*** Opening of Material for this task ***
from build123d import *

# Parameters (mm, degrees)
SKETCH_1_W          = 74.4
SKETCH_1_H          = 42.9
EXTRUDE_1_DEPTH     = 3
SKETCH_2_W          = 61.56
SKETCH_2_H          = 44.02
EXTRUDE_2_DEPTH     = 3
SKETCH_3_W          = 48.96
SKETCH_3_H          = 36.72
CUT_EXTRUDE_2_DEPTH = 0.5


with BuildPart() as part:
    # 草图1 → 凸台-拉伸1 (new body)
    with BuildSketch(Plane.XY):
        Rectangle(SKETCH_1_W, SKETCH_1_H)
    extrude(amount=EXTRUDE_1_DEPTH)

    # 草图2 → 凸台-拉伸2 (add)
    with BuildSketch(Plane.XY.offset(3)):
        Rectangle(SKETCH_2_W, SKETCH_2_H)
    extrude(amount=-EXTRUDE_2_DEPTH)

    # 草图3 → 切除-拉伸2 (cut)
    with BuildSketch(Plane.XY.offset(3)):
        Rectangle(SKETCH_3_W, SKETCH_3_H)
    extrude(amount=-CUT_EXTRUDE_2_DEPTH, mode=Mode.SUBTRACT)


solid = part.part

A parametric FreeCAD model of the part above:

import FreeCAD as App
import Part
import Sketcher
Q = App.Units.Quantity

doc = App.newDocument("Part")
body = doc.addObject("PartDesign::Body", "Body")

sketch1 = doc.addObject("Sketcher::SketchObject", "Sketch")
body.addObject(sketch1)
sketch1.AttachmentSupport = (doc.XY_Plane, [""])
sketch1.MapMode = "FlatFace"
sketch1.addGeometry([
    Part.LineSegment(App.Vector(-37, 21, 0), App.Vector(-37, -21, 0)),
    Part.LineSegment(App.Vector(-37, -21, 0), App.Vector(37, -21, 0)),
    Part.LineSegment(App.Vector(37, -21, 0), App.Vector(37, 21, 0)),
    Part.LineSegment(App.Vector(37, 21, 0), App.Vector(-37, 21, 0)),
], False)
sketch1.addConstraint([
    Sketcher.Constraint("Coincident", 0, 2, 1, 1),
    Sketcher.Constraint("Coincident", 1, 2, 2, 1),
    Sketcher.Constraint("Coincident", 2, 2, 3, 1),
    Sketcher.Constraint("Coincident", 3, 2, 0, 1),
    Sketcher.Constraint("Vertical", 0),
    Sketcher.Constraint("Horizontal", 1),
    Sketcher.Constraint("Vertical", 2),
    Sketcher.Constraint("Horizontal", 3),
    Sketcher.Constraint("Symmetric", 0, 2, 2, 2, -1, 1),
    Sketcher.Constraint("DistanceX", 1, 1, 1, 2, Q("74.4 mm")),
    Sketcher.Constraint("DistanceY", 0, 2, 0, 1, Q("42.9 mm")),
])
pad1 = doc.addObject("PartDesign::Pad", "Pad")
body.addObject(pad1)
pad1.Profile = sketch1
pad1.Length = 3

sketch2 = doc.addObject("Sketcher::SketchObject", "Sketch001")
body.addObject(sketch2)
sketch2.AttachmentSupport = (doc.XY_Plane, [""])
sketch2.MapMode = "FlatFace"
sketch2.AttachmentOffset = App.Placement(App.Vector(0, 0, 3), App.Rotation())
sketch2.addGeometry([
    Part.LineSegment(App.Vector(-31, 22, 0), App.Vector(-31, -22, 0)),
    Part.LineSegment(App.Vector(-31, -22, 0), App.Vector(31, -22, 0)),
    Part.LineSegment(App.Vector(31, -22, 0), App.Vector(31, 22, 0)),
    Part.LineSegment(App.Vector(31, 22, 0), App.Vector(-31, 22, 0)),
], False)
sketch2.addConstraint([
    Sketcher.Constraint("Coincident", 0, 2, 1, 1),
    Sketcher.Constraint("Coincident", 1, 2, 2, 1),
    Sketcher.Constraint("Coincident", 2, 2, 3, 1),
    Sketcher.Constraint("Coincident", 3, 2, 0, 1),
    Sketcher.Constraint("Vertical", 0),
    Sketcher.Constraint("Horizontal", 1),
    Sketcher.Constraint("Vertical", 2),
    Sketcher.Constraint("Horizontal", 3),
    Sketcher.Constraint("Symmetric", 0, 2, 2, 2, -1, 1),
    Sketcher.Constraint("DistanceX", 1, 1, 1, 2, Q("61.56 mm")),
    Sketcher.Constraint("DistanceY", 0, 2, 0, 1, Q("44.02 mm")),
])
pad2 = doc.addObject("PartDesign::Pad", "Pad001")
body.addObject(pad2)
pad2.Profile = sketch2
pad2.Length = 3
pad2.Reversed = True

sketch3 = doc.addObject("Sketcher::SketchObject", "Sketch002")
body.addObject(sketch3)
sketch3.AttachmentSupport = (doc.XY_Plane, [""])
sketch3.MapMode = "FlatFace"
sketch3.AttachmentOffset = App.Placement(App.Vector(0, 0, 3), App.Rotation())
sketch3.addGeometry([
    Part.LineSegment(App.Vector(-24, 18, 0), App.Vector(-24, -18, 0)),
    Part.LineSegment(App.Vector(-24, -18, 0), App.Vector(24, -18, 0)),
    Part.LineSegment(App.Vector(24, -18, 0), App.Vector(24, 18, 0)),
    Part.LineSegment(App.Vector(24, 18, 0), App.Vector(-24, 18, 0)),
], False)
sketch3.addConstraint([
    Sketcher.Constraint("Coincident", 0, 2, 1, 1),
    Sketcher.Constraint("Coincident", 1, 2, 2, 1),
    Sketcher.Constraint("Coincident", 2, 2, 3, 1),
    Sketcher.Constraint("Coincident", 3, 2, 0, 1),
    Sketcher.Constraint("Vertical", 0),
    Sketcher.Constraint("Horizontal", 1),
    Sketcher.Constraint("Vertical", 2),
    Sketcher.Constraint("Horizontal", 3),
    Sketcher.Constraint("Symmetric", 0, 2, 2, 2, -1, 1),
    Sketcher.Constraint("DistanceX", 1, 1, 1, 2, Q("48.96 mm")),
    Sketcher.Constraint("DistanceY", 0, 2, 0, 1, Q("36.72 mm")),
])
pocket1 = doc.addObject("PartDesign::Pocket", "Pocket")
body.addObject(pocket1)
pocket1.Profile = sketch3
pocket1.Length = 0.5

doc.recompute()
*** Close of Material for this task ***
*** Opening of Material for this task ***
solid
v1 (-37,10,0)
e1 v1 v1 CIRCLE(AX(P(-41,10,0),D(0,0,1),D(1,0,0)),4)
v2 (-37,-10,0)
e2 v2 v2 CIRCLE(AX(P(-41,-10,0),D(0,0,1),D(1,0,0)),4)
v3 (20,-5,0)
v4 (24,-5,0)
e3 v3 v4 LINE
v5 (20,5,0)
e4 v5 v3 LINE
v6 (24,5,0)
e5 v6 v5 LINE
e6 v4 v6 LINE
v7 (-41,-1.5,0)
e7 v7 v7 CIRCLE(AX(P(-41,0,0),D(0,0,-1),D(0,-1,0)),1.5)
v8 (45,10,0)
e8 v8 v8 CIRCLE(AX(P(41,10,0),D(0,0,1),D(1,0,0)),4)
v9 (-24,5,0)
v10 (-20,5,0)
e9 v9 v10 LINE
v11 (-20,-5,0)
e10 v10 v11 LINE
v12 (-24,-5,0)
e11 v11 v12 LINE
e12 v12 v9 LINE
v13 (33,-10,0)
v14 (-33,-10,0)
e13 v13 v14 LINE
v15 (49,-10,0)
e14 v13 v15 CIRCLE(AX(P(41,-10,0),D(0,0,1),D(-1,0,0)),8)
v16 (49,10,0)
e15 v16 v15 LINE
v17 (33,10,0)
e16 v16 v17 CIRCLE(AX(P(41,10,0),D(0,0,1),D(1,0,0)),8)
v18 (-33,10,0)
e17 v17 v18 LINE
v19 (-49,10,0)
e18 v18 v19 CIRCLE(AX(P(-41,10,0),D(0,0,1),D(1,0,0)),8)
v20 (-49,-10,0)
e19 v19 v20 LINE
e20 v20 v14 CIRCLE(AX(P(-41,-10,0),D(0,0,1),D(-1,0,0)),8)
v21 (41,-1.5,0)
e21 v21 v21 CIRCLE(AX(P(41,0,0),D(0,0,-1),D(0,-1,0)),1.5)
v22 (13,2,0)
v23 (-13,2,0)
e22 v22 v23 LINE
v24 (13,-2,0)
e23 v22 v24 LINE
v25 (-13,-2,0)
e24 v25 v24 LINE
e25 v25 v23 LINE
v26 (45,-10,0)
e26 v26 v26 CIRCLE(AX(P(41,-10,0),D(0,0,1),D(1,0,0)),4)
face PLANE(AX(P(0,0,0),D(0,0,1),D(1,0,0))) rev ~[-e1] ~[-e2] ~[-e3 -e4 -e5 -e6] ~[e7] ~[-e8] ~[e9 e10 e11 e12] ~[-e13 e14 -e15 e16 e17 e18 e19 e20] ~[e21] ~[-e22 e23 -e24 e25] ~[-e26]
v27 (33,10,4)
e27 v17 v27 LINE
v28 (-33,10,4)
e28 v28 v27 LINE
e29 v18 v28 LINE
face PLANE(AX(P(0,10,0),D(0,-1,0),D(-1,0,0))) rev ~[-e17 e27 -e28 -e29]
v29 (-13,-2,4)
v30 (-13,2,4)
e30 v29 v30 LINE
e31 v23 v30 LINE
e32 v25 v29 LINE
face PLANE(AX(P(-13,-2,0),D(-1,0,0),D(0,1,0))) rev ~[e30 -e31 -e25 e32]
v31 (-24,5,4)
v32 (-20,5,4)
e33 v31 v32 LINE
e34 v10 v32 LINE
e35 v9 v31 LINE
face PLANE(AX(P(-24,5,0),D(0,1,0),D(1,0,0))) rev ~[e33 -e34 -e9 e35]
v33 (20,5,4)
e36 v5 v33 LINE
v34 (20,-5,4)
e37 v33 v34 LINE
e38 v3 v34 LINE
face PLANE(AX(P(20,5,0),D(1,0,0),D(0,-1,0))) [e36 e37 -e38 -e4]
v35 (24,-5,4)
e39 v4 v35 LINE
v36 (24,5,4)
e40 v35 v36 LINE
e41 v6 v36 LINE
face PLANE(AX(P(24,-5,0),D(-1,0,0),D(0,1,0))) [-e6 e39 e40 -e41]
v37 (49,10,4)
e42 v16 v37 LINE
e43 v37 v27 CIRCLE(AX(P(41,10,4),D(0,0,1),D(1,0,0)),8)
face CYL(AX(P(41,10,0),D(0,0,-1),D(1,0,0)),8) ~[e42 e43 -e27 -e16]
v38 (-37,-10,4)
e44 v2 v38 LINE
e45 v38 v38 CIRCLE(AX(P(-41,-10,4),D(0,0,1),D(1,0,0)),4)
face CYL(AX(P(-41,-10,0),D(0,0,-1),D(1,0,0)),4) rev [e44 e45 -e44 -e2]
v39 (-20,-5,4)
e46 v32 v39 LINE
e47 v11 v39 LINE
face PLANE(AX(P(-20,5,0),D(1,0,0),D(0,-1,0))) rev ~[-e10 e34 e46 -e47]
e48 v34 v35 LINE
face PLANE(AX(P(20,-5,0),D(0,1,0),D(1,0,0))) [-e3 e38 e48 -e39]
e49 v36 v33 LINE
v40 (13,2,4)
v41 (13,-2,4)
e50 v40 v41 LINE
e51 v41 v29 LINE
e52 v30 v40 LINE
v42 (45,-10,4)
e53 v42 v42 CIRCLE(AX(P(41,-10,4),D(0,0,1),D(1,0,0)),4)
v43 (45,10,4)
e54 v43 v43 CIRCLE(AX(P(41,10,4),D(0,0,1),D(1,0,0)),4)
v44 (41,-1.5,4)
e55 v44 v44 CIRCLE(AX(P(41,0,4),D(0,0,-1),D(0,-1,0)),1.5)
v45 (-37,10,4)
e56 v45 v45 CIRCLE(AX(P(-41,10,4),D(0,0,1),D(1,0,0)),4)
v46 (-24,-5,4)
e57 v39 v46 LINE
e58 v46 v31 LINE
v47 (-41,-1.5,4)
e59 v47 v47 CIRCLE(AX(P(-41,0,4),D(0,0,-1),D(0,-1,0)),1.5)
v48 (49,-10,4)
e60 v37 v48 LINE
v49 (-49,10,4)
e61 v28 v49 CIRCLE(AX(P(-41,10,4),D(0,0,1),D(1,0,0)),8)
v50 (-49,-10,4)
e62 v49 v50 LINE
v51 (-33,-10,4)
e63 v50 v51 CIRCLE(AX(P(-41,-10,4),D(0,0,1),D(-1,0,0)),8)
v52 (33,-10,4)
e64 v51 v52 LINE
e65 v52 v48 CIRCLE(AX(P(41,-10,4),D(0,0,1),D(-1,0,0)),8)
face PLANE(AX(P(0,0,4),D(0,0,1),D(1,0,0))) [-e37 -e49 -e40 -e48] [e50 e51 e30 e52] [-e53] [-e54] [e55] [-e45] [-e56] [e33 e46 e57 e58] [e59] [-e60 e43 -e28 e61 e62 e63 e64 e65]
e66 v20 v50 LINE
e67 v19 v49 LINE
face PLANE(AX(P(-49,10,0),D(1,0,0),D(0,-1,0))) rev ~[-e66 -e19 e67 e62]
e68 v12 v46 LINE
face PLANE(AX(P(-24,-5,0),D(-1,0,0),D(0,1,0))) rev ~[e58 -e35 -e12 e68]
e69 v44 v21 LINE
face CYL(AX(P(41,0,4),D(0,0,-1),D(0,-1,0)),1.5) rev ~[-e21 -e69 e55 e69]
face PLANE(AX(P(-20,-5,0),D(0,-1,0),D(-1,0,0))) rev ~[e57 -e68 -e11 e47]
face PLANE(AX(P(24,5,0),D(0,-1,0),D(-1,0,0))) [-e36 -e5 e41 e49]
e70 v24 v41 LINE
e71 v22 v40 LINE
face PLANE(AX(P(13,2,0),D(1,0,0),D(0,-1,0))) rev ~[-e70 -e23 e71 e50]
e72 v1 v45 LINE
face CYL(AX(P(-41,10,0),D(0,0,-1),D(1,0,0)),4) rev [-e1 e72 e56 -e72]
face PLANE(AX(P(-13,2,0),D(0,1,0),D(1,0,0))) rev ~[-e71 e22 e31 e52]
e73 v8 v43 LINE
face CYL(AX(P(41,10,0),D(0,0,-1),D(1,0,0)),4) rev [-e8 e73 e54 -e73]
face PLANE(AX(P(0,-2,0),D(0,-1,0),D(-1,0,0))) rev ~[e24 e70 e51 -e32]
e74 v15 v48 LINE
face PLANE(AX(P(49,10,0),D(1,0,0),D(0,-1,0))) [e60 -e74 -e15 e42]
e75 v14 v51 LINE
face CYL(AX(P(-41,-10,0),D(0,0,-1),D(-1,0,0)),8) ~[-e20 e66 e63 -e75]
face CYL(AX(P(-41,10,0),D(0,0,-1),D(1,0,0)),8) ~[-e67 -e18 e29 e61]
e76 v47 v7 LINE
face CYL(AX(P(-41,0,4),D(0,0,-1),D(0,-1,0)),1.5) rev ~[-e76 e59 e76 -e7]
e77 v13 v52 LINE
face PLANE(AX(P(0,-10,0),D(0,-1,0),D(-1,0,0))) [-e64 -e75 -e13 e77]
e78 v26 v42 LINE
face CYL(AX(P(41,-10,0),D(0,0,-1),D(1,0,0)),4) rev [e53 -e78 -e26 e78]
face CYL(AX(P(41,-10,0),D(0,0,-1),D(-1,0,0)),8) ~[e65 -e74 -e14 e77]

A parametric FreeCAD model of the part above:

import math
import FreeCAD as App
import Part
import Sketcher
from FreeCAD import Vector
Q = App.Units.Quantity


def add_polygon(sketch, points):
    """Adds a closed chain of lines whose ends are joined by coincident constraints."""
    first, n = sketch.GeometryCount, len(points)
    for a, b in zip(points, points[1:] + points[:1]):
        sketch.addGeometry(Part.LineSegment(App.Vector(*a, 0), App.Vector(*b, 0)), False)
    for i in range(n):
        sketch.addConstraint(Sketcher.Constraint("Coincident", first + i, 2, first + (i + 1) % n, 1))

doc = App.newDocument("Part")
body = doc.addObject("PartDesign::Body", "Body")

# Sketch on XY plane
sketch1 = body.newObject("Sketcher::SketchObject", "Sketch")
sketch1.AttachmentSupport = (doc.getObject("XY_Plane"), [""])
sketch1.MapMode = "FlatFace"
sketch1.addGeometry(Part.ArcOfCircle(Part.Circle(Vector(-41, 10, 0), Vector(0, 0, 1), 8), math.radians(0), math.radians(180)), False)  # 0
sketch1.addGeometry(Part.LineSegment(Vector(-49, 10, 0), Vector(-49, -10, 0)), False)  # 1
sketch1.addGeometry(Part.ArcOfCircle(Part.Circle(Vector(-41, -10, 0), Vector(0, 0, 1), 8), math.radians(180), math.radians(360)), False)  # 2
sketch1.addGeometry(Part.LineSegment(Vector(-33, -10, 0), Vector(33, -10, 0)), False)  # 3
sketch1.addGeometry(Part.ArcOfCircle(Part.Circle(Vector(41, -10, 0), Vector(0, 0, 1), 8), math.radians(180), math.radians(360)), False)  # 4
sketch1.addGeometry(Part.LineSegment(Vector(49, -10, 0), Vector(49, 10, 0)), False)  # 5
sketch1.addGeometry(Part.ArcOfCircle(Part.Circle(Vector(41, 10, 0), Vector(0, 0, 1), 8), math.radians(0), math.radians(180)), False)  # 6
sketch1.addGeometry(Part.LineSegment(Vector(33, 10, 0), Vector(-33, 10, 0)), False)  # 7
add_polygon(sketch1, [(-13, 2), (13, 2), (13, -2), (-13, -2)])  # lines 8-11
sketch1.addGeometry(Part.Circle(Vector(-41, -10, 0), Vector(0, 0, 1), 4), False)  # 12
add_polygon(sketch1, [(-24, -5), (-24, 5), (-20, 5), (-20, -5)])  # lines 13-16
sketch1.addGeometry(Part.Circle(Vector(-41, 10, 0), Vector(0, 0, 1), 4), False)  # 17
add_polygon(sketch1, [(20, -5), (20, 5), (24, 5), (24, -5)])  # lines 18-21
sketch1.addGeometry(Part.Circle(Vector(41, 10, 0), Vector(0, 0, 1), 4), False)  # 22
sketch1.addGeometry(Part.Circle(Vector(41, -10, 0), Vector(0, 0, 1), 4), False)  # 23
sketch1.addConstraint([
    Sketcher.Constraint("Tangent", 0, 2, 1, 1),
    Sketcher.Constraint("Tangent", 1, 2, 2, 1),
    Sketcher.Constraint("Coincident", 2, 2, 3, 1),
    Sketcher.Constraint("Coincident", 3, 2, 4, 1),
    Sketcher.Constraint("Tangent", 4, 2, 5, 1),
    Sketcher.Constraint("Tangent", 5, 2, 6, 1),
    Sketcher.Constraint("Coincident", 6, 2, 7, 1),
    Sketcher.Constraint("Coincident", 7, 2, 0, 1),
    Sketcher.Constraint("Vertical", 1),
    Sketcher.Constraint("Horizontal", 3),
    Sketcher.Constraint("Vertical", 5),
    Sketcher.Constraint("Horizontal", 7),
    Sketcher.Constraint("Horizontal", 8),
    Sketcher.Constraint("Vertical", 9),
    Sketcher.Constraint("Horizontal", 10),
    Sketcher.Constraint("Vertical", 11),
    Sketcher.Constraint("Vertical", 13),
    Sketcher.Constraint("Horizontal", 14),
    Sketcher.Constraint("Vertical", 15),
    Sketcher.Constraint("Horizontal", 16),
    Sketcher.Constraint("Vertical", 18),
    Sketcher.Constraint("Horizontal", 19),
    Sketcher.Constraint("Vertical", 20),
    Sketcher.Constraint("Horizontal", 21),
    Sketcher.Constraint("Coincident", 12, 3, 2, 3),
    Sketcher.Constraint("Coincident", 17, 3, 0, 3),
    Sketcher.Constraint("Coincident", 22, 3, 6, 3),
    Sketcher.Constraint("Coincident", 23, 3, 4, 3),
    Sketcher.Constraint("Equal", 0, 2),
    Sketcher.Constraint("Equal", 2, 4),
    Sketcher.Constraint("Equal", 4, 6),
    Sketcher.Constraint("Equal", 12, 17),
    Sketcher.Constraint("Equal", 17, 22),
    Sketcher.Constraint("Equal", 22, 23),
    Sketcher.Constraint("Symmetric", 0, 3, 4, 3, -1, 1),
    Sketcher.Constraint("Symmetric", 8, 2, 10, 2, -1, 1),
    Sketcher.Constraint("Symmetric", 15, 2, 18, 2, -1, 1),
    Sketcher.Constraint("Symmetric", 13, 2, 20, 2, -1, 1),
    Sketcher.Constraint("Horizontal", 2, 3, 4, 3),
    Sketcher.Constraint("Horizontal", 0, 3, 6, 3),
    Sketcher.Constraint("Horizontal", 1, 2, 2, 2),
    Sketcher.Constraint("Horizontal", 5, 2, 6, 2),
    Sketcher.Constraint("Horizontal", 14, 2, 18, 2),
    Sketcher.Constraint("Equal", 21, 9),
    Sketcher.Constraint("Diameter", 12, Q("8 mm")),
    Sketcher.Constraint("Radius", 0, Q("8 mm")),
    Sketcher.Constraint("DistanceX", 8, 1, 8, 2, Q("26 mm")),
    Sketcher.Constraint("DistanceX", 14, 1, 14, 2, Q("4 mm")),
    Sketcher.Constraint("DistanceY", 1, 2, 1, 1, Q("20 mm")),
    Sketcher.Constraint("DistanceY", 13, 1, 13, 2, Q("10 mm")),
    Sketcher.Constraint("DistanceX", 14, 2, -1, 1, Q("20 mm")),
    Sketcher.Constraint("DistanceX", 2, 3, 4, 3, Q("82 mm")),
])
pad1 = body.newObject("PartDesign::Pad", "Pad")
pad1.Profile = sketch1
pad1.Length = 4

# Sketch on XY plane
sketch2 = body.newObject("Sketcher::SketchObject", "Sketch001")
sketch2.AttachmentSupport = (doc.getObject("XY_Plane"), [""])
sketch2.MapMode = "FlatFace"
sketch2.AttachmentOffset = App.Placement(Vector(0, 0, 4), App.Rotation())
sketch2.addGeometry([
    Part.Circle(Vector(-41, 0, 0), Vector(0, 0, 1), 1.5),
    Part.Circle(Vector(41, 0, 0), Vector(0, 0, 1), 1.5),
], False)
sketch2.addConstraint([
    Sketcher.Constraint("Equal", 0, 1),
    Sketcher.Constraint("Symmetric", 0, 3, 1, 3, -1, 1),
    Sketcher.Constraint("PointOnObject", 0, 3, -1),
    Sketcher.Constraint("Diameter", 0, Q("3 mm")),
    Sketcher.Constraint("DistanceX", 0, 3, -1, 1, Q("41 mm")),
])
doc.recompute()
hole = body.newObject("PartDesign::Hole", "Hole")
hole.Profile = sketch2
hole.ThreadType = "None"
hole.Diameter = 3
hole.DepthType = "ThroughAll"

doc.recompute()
*** Close of Material for this task ***
Problem requirements :: In the listing above, locate the line with "from build123d import *" and the line with "with BuildPart() as", then extract exactly those lines and every line between them, and nothing more.

Result of this task ::
from build123d import *

# Parameters (mm, degrees)
SKETCH_1_W          = 74.4
SKETCH_1_H          = 42.9
EXTRUDE_1_DEPTH     = 3
SKETCH_2_W          = 61.56
SKETCH_2_H          = 44.02
EXTRUDE_2_DEPTH     = 3
SKETCH_3_W          = 48.96
SKETCH_3_H          = 36.72
CUT_EXTRUDE_2_DEPTH = 0.5


with BuildPart() as part:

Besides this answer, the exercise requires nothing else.